Sis is the Cinnamon Pied. It looks like her name is Sis. Do you know how many birds I have named because I needed to call them something in a post?


----------



## crazy4tiels88 (Aug 10, 2008)

Ok when will you send pretty girl and the whiteface pied? LOL they are soo pretty!! Are Barry & sis heavy pieds? Cause Popeye looks alot like them and thats what I was told he is as I thought he was a lutino pied!! But he has all pearl pied babies so he must be pied split for pearl!! Melissa & The Flock


----------



## allen (Aug 25, 2007)

most surely were plucked


----------



## kimmikefids (Aug 2, 2008)

hehehe ty sweet!!!! they are all beautiful...poor little plucked babies but gorgeous tiels....ty for sharing.....the 2 whiteface mutations are beautiful!!!!


----------



## sweetrsue (Jul 8, 2008)

Thank you Kim for the urging, sometimes I hold off a bit. Yes. Crazy4 I would call Barry and Sis heavy Pieds. A lutino Pied would not have any dark feathers. I have seen a picture in the Barrons book "The New Cockatiel Handbook" That identifies a heavily Pied bird as a Lutino Pied. Sometimes you can't even trust what is published. If Popeye has ALL Pearl Pied babies I'm assuming he's paired with a Pearl. Also he must BE a Pearl Pied. If you got him after his first two molts you may never have seen his Pearling. I talked to the gal I got the Whitefaces from today and asked her if she had seen any male behavior in the heavily Pied Whiteface (Supposedly a male). She said she could hear him singing and as soon as she opened the door he would stop. She thinks he's just shy. The lady who had the Gray Pied and the Cinnamon Pied tried to tell me that their head feathers hadn't grown in yet. As Allen easily recognized they are most surely plucked. She also claimed that they were hand fed. They are as wild as a March hare! That's OK they can be whatever they want. They can relax now out of range of their plucking parents.


----------



## Bea (Jul 26, 2007)

Oh wow!! You sure got some pretty tiels!!


----------



## sweetrsue (Jul 8, 2008)

Thank You All!


----------



## jasonsgal (Sep 19, 2008)

Actually crazy4 I saw your photobucket page and it's true the one you had listed as a lutino pied is a pied. Heavy pied for sure but not a lutino. Sometimes pieds are even "clear" which means they are so heavy that they got no dark colored feathers in their pattern at all. In that case the way to tell would be that the lutino would have red or pink eyes and the clear pied would have dark eyes.


----------



## Renae (Feb 9, 2008)

Aww aren't they just the sweetest!


----------



## allen (Aug 25, 2007)

yes bary and his sis is a heavy pied like mine as you can see in these 2 pics some people call them saddle backs as well


----------



## sweetrsue (Jul 8, 2008)

I think mine have too many dark feathers to truly fall into the saddleback catagory.
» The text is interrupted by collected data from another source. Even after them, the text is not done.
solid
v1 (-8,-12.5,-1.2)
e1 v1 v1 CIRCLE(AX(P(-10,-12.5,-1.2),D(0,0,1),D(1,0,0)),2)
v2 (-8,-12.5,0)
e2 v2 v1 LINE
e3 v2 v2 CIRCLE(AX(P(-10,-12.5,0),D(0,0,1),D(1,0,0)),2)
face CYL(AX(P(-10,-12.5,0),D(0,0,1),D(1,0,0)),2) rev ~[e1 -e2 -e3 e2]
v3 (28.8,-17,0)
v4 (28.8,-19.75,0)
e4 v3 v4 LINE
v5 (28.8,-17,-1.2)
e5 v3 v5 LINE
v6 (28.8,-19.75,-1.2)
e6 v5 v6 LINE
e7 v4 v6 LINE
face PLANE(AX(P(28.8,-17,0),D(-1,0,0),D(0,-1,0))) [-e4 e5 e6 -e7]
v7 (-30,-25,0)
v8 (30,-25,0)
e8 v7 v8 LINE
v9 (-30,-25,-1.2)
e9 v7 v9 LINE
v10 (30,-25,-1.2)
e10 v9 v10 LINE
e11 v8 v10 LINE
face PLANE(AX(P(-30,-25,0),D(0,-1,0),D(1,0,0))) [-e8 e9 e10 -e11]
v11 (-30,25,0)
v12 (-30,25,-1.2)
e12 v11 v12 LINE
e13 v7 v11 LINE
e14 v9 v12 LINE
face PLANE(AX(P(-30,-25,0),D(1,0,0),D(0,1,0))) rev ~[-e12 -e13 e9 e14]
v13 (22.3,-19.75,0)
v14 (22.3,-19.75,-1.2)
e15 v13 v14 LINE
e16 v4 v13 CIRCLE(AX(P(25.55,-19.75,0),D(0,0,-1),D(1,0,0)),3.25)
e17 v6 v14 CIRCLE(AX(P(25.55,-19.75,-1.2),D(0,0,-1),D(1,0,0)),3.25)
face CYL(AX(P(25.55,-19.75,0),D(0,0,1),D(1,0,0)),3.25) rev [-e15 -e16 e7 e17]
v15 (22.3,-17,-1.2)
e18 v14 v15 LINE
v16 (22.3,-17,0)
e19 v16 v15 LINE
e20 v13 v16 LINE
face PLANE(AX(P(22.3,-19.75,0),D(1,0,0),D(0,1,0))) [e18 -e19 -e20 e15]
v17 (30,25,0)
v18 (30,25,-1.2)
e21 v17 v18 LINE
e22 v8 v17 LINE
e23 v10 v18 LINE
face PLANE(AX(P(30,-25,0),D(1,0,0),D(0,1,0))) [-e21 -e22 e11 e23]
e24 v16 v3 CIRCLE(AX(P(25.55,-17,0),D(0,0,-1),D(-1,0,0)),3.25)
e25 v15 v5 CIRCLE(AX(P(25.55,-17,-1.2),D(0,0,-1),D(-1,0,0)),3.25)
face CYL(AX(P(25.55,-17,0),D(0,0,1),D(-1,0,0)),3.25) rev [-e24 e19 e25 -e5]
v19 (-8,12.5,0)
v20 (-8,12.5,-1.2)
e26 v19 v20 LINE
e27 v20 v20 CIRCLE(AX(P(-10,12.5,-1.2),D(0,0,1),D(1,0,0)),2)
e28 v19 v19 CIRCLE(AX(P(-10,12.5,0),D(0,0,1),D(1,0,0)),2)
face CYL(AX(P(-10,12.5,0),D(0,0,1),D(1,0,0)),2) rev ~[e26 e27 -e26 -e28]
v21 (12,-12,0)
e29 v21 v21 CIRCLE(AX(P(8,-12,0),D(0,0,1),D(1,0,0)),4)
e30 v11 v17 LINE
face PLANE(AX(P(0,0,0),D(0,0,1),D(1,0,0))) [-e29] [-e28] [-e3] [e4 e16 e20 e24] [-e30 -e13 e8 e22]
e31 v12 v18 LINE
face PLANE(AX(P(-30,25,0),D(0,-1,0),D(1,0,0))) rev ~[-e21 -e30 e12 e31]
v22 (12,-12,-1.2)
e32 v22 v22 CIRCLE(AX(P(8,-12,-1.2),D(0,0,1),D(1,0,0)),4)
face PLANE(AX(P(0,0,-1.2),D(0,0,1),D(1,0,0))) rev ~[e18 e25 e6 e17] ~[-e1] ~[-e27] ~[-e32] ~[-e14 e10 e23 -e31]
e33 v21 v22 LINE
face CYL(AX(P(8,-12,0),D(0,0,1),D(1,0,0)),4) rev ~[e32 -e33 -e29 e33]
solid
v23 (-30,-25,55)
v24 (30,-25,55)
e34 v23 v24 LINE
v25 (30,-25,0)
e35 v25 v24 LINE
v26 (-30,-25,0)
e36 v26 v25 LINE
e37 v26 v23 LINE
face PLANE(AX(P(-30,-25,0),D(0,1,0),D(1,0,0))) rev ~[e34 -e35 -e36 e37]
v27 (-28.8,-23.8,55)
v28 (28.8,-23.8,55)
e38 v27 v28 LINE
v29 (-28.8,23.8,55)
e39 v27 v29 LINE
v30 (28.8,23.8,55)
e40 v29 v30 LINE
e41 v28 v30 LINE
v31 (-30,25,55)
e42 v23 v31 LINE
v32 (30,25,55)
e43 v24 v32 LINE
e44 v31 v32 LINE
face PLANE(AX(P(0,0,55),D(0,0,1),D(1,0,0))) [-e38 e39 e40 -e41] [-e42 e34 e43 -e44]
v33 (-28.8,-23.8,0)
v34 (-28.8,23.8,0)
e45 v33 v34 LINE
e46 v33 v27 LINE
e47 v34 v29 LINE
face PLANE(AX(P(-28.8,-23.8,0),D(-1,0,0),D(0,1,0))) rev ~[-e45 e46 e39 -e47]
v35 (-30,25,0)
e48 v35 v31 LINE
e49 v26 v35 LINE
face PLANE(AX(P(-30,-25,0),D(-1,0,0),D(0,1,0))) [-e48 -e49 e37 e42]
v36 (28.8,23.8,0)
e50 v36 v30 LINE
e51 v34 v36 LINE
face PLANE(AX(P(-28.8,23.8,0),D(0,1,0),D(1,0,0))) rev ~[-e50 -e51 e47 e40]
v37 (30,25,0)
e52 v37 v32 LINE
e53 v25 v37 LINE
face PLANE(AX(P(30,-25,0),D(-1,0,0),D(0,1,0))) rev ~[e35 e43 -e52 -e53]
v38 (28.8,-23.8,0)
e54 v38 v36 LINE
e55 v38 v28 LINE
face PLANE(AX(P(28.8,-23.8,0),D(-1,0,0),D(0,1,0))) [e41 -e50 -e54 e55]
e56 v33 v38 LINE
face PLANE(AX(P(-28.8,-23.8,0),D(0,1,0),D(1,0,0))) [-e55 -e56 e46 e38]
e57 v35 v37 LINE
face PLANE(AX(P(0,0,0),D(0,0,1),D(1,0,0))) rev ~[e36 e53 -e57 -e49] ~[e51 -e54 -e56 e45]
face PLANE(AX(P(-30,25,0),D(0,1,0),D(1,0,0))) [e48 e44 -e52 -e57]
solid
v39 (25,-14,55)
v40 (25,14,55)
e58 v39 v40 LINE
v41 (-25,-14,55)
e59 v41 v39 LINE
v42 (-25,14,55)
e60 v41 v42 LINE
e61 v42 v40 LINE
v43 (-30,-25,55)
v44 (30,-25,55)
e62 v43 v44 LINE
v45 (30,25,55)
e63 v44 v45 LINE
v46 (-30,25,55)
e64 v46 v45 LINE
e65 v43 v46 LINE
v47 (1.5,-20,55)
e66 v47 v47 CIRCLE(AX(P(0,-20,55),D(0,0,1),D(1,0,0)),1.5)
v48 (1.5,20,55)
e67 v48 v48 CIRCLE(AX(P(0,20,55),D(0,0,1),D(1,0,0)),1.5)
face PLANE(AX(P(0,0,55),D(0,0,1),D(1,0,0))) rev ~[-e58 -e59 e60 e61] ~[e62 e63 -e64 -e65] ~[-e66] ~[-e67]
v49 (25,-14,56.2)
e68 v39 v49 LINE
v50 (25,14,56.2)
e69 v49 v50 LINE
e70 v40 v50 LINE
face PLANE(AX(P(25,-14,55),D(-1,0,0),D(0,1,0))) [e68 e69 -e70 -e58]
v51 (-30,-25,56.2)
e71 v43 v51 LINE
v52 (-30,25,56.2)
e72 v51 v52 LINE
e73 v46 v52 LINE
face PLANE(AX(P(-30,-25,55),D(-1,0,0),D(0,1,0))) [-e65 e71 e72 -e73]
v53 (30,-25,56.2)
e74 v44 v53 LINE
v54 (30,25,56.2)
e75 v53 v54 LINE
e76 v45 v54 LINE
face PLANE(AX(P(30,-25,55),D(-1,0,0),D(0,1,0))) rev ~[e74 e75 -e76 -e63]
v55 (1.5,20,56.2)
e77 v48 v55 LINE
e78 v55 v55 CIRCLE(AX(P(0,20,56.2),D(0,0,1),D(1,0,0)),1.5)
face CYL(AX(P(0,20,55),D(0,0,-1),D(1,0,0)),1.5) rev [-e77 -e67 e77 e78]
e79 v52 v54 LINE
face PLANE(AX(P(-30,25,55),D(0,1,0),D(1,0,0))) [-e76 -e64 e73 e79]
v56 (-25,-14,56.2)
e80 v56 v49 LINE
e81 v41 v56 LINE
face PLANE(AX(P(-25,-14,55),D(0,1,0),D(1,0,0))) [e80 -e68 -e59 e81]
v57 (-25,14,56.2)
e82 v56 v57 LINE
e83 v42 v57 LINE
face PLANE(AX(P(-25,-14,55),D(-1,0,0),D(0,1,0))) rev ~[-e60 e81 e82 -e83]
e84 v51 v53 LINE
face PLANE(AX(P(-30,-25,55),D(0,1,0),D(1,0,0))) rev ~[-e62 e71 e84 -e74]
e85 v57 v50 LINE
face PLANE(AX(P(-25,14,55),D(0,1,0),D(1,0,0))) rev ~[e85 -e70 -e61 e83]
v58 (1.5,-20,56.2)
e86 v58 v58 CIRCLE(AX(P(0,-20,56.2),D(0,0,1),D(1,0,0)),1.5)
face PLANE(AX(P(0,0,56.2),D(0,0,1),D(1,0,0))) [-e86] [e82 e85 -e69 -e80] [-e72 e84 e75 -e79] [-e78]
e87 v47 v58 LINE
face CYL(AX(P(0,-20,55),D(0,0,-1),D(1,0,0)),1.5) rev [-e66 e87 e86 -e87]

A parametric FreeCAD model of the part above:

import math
import FreeCAD as App
import Part
import Sketcher
from FreeCAD import Vector
Q = App.Units.Quantity


def add_polygon(sketch, points):
    """Adds a closed chain of lines whose ends are joined by coincident constraints."""
    first, n = sketch.GeometryCount, len(points)
    for a, b in zip(points, points[1:] + points[:1]):
        sketch.addGeometry(Part.LineSegment(App.Vector(*a, 0), App.Vector(*b, 0)), False)
    for i in range(n):
        sketch.addConstraint(Sketcher.Constraint("Coincident", first + i, 2, first + (i + 1) % n, 1))

doc = App.newDocument("Part")
body = doc.addObject("PartDesign::Body", "Body")

sketch1 = body.newObject("Sketcher::SketchObject", "Sketch")
sketch1.AttachmentSupport = (doc.getObject("XY_Plane"), [""])
sketch1.MapMode = "FlatFace"
add_polygon(sketch1, [(-30, 25), (-30, -25), (30, -25), (30, 25)])
add_polygon(sketch1, [(29, -24), (-29, -24), (-29, 24), (29, 24)])
sketch1.addConstraint(Sketcher.Constraint("Vertical", 0))
sketch1.addConstraint(Sketcher.Constraint("Horizontal", 1))
sketch1.addConstraint(Sketcher.Constraint("Vertical", 2))
sketch1.addConstraint(Sketcher.Constraint("Horizontal", 3))
sketch1.addConstraint(Sketcher.Constraint("Horizontal", 4))
sketch1.addConstraint(Sketcher.Constraint("Vertical", 5))
sketch1.addConstraint(Sketcher.Constraint("Horizontal", 6))
sketch1.addConstraint(Sketcher.Constraint("Vertical", 7))
sketch1.addConstraint(Sketcher.Constraint("Symmetric", 0, 2, 2, 2, -1, 1))
sketch1.addConstraint(Sketcher.Constraint("Symmetric", 4, 2, 6, 2, -1, 1))
sketch1.addConstraint(Sketcher.Constraint("DistanceX", 1, 1, 1, 2, Q("60 mm")))
sketch1.addConstraint(Sketcher.Constraint("DistanceY", 0, 2, 0, 1, Q("50 mm")))
sketch1.addConstraint(Sketcher.Constraint("DistanceX", 4, 2, 4, 1, Q("57.6 mm")))
sketch1.addConstraint(Sketcher.Constraint("DistanceY", 5, 1, 5, 2, Q("47.6 mm")))
pad1 = body.newObject("PartDesign::Pad", "Pad")
pad1.Profile = sketch1
pad1.Length = 55
body2 = doc.addObject("PartDesign::Body", "Body001")

sketch2 = body2.newObject("Sketcher::SketchObject", "Sketch001")
sketch2.AttachmentSupport = (doc.getObject("XY_Plane001"), [""])
sketch2.MapMode = "FlatFace"
sketch2.AttachmentOffset = App.Placement(Vector(0, 0, 55), App.Rotation())
add_polygon(sketch2, [(-30, 25), (-30, -25), (30, -25), (30, 25)])
sketch2.addGeometry(Part.Circle(Vector(0, -20, 0), Vector(0, 0, 1), 1.5), False)
add_polygon(sketch2, [(25, -14), (-25, -14), (-25, 14), (25, 14)])
sketch2.addGeometry(Part.Circle(Vector(0, 20, 0), Vector(0, 0, 1), 1.5), False)
sketch2.addConstraint(Sketcher.Constraint("Vertical", 0))
sketch2.addConstraint(Sketcher.Constraint("Horizontal", 1))
sketch2.addConstraint(Sketcher.Constraint("Vertical", 2))
sketch2.addConstraint(Sketcher.Constraint("Horizontal", 3))
sketch2.addConstraint(Sketcher.Constraint("Horizontal", 5))
sketch2.addConstraint(Sketcher.Constraint("Vertical", 6))
sketch2.addConstraint(Sketcher.Constraint("Horizontal", 7))
sketch2.addConstraint(Sketcher.Constraint("Vertical", 8))
sketch2.addConstraint(Sketcher.Constraint("Equal", 4, 9))
sketch2.addConstraint(Sketcher.Constraint("Symmetric", 4, 3, 9, 3, -1, 1))
sketch2.addConstraint(Sketcher.Constraint("Symmetric", 0, 2, 2, 2, -1, 1))
sketch2.addConstraint(Sketcher.Constraint("Symmetric", 5, 2, 7, 2, -1, 1))
sketch2.addConstraint(Sketcher.Constraint("PointOnObject", 4, 3, -2))
sketch2.addConstraint(Sketcher.Constraint("Equal", 7, 0))
sketch2.addConstraint(Sketcher.Constraint("Diameter", 4, Q("3 mm")))
sketch2.addConstraint(Sketcher.Constraint("DistanceX", 1, 1, 1, 2, Q("60 mm")))
sketch2.addConstraint(Sketcher.Constraint("DistanceX", 5, 2, 5, 1, Q("50 mm")))
sketch2.addConstraint(Sketcher.Constraint("DistanceY", 6, 1, 6, 2, Q("28 mm")))
sketch2.addConstraint(Sketcher.Constraint("DistanceY", 4, 3, -1, 1, Q("20 mm")))
pad2 = body2.newObject("PartDesign::Pad", "Pad001")
pad2.Profile = sketch2
pad2.Length = 1.2
body3 = doc.addObject("PartDesign::Body", "Body002")

sketch3 = body3.newObject("Sketcher::SketchObject", "Sketch002")
sketch3.AttachmentSupport = (doc.getObject("XY_Plane002"), [""])
sketch3.MapMode = "FlatFace"
add_polygon(sketch3, [(-30, 25), (-30, -25), (30, -25), (30, 25)])
sketch3.addGeometry(Part.Circle(Vector(-10, -12.5, 0), Vector(0, 0, 1), 2), False)
sketch3.addGeometry(Part.Circle(Vector(8, -12, 0), Vector(0, 0, 1), 4), False)
sketch3.addGeometry(Part.ArcOfCircle(Part.Circle(Vector(25.6, -17, 0), Vector(0, 0, 1), 3.2), math.radians(0), math.radians(180)), False)
sketch3.addGeometry(Part.LineSegment(Vector(28.8, -17, 0), Vector(28.8, -19.8, 0)), False)
sketch3.addGeometry(Part.ArcOfCircle(Part.Circle(Vector(25.6, -19.8, 0), Vector(0, 0, 1), 3.2), math.radians(180), math.radians(360)), False)
sketch3.addGeometry(Part.LineSegment(Vector(22.3, -19.8, 0), Vector(22.3, -17, 0)), False)
sketch3.addGeometry(Part.Circle(Vector(-10, 12.5, 0), Vector(0, 0, 1), 2), False)
sketch3.addConstraint(Sketcher.Constraint("Tangent", 6, 1, 7, 1))
sketch3.addConstraint(Sketcher.Constraint("Tangent", 7, 2, 8, 2))
sketch3.addConstraint(Sketcher.Constraint("Tangent", 8, 1, 9, 1))
sketch3.addConstraint(Sketcher.Constraint("Tangent", 9, 2, 6, 2))
sketch3.addConstraint(Sketcher.Constraint("Vertical", 0))
sketch3.addConstraint(Sketcher.Constraint("Horizontal", 1))
sketch3.addConstraint(Sketcher.Constraint("Vertical", 2))
sketch3.addConstraint(Sketcher.Constraint("Horizontal", 3))
sketch3.addConstraint(Sketcher.Constraint("Vertical", 7))
sketch3.addConstraint(Sketcher.Constraint("Vertical", 9))
sketch3.addConstraint(Sketcher.Constraint("Equal", 4, 10))
sketch3.addConstraint(Sketcher.Constraint("Symmetric", 0, 2, 2, 2, -1, 1))
sketch3.addConstraint(Sketcher.Constraint("Symmetric", 4, 3, 10, 3, -1))
sketch3.addConstraint(Sketcher.Constraint("Diameter", 4, Q("4 mm")))
sketch3.addConstraint(Sketcher.Constraint("Diameter", 5, Q("8 mm")))
sketch3.addConstraint(Sketcher.Constraint("DistanceX", 1, 1, 1, 2, Q("60 mm")))
sketch3.addConstraint(Sketcher.Constraint("DistanceY", 0, 2, 0, 1, Q("50 mm")))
The regular Gray Pied has the fewest but the placement is a little irregular. Is That your hen Allen? I'm guessing that because of the pearling.


----------



## PtsRPpl2 (Sep 22, 2008)

Aw, congratulations again on your new babies! They're beautiful!


----------



## kikee (Aug 19, 2008)

They are all really beautiful tiels.


----------